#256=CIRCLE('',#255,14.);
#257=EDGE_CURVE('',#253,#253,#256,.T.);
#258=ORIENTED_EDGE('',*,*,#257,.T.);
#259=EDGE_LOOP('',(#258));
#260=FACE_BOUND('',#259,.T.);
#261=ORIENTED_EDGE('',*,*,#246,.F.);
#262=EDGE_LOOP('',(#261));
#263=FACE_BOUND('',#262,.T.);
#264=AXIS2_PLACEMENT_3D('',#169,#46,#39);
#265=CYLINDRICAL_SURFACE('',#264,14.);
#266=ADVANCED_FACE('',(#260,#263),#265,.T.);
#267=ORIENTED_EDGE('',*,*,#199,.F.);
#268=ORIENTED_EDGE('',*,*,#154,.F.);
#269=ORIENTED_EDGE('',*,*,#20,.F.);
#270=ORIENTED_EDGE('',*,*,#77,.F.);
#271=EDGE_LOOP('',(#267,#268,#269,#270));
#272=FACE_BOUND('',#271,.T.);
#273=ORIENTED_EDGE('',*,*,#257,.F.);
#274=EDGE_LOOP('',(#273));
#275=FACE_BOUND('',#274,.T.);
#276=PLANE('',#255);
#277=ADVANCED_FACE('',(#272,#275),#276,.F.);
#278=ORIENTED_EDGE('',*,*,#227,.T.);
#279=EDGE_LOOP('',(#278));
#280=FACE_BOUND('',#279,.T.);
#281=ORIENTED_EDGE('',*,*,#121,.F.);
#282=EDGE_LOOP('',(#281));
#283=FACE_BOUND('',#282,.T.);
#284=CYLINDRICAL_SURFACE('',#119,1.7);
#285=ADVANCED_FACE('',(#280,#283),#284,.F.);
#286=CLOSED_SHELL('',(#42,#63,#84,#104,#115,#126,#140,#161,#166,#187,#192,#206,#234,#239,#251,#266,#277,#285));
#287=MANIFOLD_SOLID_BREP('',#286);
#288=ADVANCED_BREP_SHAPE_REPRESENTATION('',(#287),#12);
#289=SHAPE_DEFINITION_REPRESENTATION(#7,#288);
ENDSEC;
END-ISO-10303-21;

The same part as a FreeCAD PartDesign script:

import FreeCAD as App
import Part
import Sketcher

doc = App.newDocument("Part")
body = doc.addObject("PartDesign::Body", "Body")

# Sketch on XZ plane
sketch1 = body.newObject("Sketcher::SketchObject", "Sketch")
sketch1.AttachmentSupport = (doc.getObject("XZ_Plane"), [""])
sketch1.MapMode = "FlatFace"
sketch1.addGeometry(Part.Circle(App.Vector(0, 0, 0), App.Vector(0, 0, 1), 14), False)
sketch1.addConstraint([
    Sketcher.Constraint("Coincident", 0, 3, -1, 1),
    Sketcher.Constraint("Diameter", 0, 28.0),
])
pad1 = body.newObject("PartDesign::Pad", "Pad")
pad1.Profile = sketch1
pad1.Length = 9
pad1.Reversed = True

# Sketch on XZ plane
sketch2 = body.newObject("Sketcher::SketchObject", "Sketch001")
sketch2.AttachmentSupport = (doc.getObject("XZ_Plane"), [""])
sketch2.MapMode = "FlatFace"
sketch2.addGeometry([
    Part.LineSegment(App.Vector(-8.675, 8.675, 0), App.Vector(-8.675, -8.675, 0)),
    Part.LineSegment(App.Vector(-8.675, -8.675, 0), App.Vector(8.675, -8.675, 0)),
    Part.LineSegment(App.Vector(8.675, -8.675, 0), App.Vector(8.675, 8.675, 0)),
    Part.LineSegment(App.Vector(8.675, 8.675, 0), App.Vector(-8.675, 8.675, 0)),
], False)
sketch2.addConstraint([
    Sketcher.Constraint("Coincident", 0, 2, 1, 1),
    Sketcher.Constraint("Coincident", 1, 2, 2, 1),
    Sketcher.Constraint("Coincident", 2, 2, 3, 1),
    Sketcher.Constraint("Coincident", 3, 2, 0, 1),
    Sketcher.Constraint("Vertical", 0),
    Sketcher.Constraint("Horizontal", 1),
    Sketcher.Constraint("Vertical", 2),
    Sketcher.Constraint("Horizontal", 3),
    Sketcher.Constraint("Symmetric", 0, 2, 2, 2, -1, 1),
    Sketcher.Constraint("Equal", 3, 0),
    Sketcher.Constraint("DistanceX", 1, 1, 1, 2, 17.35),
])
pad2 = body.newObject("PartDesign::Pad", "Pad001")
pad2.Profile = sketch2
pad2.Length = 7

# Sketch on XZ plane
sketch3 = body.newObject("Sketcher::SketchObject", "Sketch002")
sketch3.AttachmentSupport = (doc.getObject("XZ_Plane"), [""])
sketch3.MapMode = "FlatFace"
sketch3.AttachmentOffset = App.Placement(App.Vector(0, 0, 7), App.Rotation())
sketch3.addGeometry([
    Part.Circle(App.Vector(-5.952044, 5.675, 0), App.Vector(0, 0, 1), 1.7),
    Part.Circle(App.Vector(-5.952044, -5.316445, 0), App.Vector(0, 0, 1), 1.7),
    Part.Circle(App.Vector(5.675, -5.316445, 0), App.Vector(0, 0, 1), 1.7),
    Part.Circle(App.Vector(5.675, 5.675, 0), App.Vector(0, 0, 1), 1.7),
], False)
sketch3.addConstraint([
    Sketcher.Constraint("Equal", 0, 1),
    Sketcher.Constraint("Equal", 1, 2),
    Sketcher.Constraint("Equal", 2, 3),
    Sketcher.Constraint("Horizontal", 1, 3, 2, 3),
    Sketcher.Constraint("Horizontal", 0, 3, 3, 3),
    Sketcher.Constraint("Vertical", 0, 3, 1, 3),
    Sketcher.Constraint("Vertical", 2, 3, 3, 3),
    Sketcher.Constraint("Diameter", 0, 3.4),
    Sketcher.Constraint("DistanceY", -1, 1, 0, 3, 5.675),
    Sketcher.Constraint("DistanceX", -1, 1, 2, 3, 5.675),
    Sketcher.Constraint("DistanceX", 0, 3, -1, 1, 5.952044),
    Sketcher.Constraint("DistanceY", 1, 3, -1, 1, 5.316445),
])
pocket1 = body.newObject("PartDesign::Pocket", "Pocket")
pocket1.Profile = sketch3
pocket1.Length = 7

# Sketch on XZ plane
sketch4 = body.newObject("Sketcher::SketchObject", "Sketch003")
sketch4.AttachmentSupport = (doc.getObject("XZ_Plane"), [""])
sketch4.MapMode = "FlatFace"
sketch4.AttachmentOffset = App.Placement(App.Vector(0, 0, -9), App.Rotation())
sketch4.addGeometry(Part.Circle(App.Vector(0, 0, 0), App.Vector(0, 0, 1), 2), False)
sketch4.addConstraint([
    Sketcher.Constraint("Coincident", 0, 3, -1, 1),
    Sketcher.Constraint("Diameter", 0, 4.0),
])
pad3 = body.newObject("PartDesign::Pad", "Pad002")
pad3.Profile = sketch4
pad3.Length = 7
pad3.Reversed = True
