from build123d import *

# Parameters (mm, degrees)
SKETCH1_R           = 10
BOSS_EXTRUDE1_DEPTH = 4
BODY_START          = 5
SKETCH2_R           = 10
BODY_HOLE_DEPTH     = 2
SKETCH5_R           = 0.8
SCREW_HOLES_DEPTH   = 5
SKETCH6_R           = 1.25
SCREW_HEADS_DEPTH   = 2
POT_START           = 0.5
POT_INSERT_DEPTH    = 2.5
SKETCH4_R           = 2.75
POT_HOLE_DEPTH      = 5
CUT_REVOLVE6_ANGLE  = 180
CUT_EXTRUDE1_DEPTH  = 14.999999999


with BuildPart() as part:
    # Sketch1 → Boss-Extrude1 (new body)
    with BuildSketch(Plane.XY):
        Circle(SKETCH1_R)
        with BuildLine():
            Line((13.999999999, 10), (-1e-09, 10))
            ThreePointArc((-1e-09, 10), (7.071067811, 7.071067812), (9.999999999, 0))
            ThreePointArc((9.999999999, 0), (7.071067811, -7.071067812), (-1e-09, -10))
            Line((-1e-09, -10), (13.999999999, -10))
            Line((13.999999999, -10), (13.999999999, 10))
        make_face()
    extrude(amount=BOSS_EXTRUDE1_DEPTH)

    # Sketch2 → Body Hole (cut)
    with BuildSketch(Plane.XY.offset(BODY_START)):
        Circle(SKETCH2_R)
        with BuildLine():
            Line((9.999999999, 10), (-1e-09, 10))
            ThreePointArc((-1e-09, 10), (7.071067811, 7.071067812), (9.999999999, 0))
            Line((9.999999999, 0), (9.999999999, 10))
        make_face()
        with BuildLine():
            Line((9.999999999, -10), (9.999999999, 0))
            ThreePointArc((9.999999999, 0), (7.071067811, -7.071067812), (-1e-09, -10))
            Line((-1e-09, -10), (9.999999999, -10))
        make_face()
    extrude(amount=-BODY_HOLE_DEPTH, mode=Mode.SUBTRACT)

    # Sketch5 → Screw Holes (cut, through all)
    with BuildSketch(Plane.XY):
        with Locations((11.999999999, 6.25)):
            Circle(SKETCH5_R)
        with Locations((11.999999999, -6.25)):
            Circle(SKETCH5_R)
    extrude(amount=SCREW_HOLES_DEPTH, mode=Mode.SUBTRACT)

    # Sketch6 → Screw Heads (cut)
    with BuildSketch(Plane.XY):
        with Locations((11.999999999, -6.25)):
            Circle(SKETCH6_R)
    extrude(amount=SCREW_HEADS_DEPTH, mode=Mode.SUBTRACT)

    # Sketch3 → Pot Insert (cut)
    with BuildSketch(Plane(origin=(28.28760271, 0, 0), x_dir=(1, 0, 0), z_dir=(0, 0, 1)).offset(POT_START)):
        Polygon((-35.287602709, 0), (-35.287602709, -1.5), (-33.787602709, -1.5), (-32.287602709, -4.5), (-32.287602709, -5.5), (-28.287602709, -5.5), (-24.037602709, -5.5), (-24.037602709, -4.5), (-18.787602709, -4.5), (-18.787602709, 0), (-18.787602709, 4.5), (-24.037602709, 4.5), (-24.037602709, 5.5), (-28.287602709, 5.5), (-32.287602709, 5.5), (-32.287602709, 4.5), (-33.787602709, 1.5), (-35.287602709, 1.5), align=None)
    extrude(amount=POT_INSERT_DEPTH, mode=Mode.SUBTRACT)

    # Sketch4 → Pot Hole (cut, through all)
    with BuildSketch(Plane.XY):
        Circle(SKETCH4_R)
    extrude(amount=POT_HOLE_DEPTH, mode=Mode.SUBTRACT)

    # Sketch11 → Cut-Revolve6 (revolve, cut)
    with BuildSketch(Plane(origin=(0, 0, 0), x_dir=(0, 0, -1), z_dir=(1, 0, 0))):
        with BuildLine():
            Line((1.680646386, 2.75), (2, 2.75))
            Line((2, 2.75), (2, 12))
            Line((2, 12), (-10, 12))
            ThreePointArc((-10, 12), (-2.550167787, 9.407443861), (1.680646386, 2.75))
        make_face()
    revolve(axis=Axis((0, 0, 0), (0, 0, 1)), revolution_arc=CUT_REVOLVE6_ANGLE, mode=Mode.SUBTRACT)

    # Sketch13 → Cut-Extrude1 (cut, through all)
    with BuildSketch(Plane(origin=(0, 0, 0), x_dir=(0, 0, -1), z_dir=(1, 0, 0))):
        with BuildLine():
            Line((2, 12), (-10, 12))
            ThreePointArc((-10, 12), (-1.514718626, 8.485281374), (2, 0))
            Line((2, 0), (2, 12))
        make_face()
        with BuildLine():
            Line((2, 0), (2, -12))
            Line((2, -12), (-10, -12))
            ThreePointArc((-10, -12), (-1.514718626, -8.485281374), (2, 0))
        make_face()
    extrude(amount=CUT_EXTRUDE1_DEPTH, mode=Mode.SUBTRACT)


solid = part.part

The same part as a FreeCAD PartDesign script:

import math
import FreeCAD as App
import Part
import Sketcher
from FreeCAD import Vector
Q = App.Units.Quantity


def add_polygon(sketch, points):
    """Adds a closed chain of lines whose ends are joined by coincident constraints."""
    first, n = sketch.GeometryCount, len(points)
    for a, b in zip(points, points[1:] + points[:1]):
        sketch.addGeometry(Part.LineSegment(App.Vector(*a, 0), App.Vector(*b, 0)), False)
    for i in range(n):
        sketch.addConstraint(Sketcher.Constraint("Coincident", first + i, 2, first + (i + 1) % n, 1))

doc = App.newDocument("Part")
params = doc.addObject("Spreadsheet::Sheet", "Params")
for row, (alias, value) in enumerate([
    ("sketch1_radius", "10 mm"),
    ("sketch1_width", "14 mm"),
    ("pad1_length", "4 mm"),
    ("sketch2_radius", "10 mm"),
    ("sketch2_width", "10 mm"),
    ("pocket1_length", "2 mm"),
    ("sketch3_diameter", "1.6 mm"),
    ("sketch4_diameter", "2.5 mm"),
    ("pocket3_length", "2 mm"),
    ("sketch5_height", "1 mm"),
    ("sketch5_height2", "9 mm"),
    ("sketch5_height3", "3 mm"),
    ("sketch5_width", "1.5 mm"),
    ("sketch5_width2", "8.25 mm"),
    ("pocket4_length", "2.5 mm"),
    ("sketch6_diameter", "5.5 mm"),
    ("sketch7_radius", "12 mm"),
    ("sketch7_height", "12 mm"),
    ("sketch7_width", "9.25 mm"),
    ("groove_angle", "180 deg"),
    ("sketch8_radius", "12 mm"),
], start=1):
    params.set(f"A{row}", alias)
    params.set(f"B{row}", "=" + value)
    params.setAlias(f"B{row}", alias)

body = doc.addObject("PartDesign::Body", "Body")

# Sketch on XY plane
sketch1 = doc.addObject("Sketcher::SketchObject", "Sketch")
body.addObject(sketch1)
sketch1.AttachmentSupport = (doc.XY_Plane, [""])
sketch1.MapMode = "FlatFace"
sketch1.addGeometry(Part.ArcOfCircle(Part.Circle(Vector(0, 0, 0), Vector(0, 0, 1), 10), math.radians(90), math.radians(270)), False)
sketch1.addGeometry(Part.LineSegment(Vector(0, -10, 0), Vector(14, -10, 0)), False)
sketch1.addGeometry(Part.LineSegment(Vector(14, -10, 0), Vector(14, 10, 0)), False)
sketch1.addGeometry(Part.LineSegment(Vector(14, 10, 0), Vector(0, 10, 0)), False)
sketch1.addConstraint(Sketcher.Constraint("Tangent", 0, 2, 1, 1))
sketch1.addConstraint(Sketcher.Constraint("Coincident", 1, 2, 2, 1))
sketch1.addConstraint(Sketcher.Constraint("Coincident", 2, 2, 3, 1))
sketch1.addConstraint(Sketcher.Constraint("Tangent", 3, 2, 0, 1))
sketch1.addConstraint(Sketcher.Constraint("Horizontal", 1))
sketch1.addConstraint(Sketcher.Constraint("Vertical", 2))
sketch1.addConstraint(Sketcher.Constraint("Horizontal", 3))
sketch1.addConstraint(Sketcher.Constraint("Coincident", 0, 3, -1, 1))
sketch1.addConstraint(Sketcher.Constraint("Radius", 0, Q("10 mm")))
sketch1.addConstraint(Sketcher.Constraint("DistanceX", 1, 1, 1, 2, Q("14 mm")))
sketch1.setExpression("Constraints[8]", "Params.sketch1_radius")
sketch1.setExpression("Constraints[9]", "Params.sketch1_width")
pad1 = doc.addObject("PartDesign::Pad", "Pad")
body.addObject(pad1)
pad1.Profile = sketch1
pad1.setExpression("Length", "Params.pad1_length")

# Sketch on XY plane
sketch2 = doc.addObject("Sketcher::SketchObject", "Sketch001")
body.addObject(sketch2)
sketch2.AttachmentSupport = (doc.XY_Plane, [""])
sketch2.MapMode = "FlatFace"
sketch2.AttachmentOffset = App.Placement(Vector(0, 0, 5), App.Rotation())
sketch2.addGeometry(Part.ArcOfCircle(Part.Circle(Vector(0, 0, 0), Vector(0, 0, 1), 10), math.radians(90), math.radians(270)), False)
sketch2.addGeometry(Part.LineSegment(Vector(0, -10, 0), Vector(10, -10, 0)), False)
sketch2.addGeometry(Part.LineSegment(Vector(10, -10, 0), Vector(10, 10, 0)), False)
sketch2.addGeometry(Part.LineSegment(Vector(10, 10, 0), Vector(0, 10, 0)), False)
sketch2.addConstraint(Sketcher.Constraint("Tangent", 0, 2, 1, 1))
sketch2.addConstraint(Sketcher.Constraint("Coincident", 1, 2, 2, 1))
sketch2.addConstraint(Sketcher.Constraint("Coincident", 2, 2, 3, 1))
sketch2.addConstraint(Sketcher.Constraint("Tangent", 3, 2, 0, 1))
sketch2.addConstraint(Sketcher.Constraint("Horizontal", 1))
sketch2.addConstraint(Sketcher.Constraint("Vertical", 2))
sketch2.addConstraint(Sketcher.Constraint("Horizontal", 3))
sketch2.addConstraint(Sketcher.Constraint("Coincident", 0, 3, -1, 1))
sketch2.addConstraint(Sketcher.Constraint("Radius", 0, Q("10 mm")))
sketch2.addConstraint(Sketcher.Constraint("DistanceX", 1, 1, 1, 2, Q("10 mm")))
sketch2.setExpression("Constraints[8]", "Params.sketch2_radius")
sketch2.setExpression("Constraints[9]", "Params.sketch2_width")
pocket1 = doc.addObject("PartDesign::Pocket", "Pocket")
body.addObject(pocket1)
pocket1.Profile = sketch2
pocket1.setExpression("Length", "Params.pocket1_length")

═══

PROBLEM -
Nothing outside this range should appear: the lines from the start of the listing through the line with "#284=CYLINDRICAL_SURFACE('',#119,1.7);", each reproduced exactly, both ends included.

SOLUTION TO THE PROBLEM -
#256=CIRCLE('',#255,14.);
#257=EDGE_CURVE('',#253,#253,#256,.T.);
#258=ORIENTED_EDGE('',*,*,#257,.T.);
#259=EDGE_LOOP('',(#258));
#260=FACE_BOUND('',#259,.T.);
#261=ORIENTED_EDGE('',*,*,#246,.F.);
#262=EDGE_LOOP('',(#261));
#263=FACE_BOUND('',#262,.T.);
#264=AXIS2_PLACEMENT_3D('',#169,#46,#39);
#265=CYLINDRICAL_SURFACE('',#264,14.);
#266=ADVANCED_FACE('',(#260,#263),#265,.T.);
#267=ORIENTED_EDGE('',*,*,#199,.F.);
#268=ORIENTED_EDGE('',*,*,#154,.F.);
#269=ORIENTED_EDGE('',*,*,#20,.F.);
#270=ORIENTED_EDGE('',*,*,#77,.F.);
#271=EDGE_LOOP('',(#267,#268,#269,#270));
#272=FACE_BOUND('',#271,.T.);
#273=ORIENTED_EDGE('',*,*,#257,.F.);
#274=EDGE_LOOP('',(#273));
#275=FACE_BOUND('',#274,.T.);
#276=PLANE('',#255);
#277=ADVANCED_FACE('',(#272,#275),#276,.F.);
#278=ORIENTED_EDGE('',*,*,#227,.T.);
#279=EDGE_LOOP('',(#278));
#280=FACE_BOUND('',#279,.T.);
#281=ORIENTED_EDGE('',*,*,#121,.F.);
#282=EDGE_LOOP('',(#281));
#283=FACE_BOUND('',#282,.T.);
#284=CYLINDRICAL_SURFACE('',#119,1.7);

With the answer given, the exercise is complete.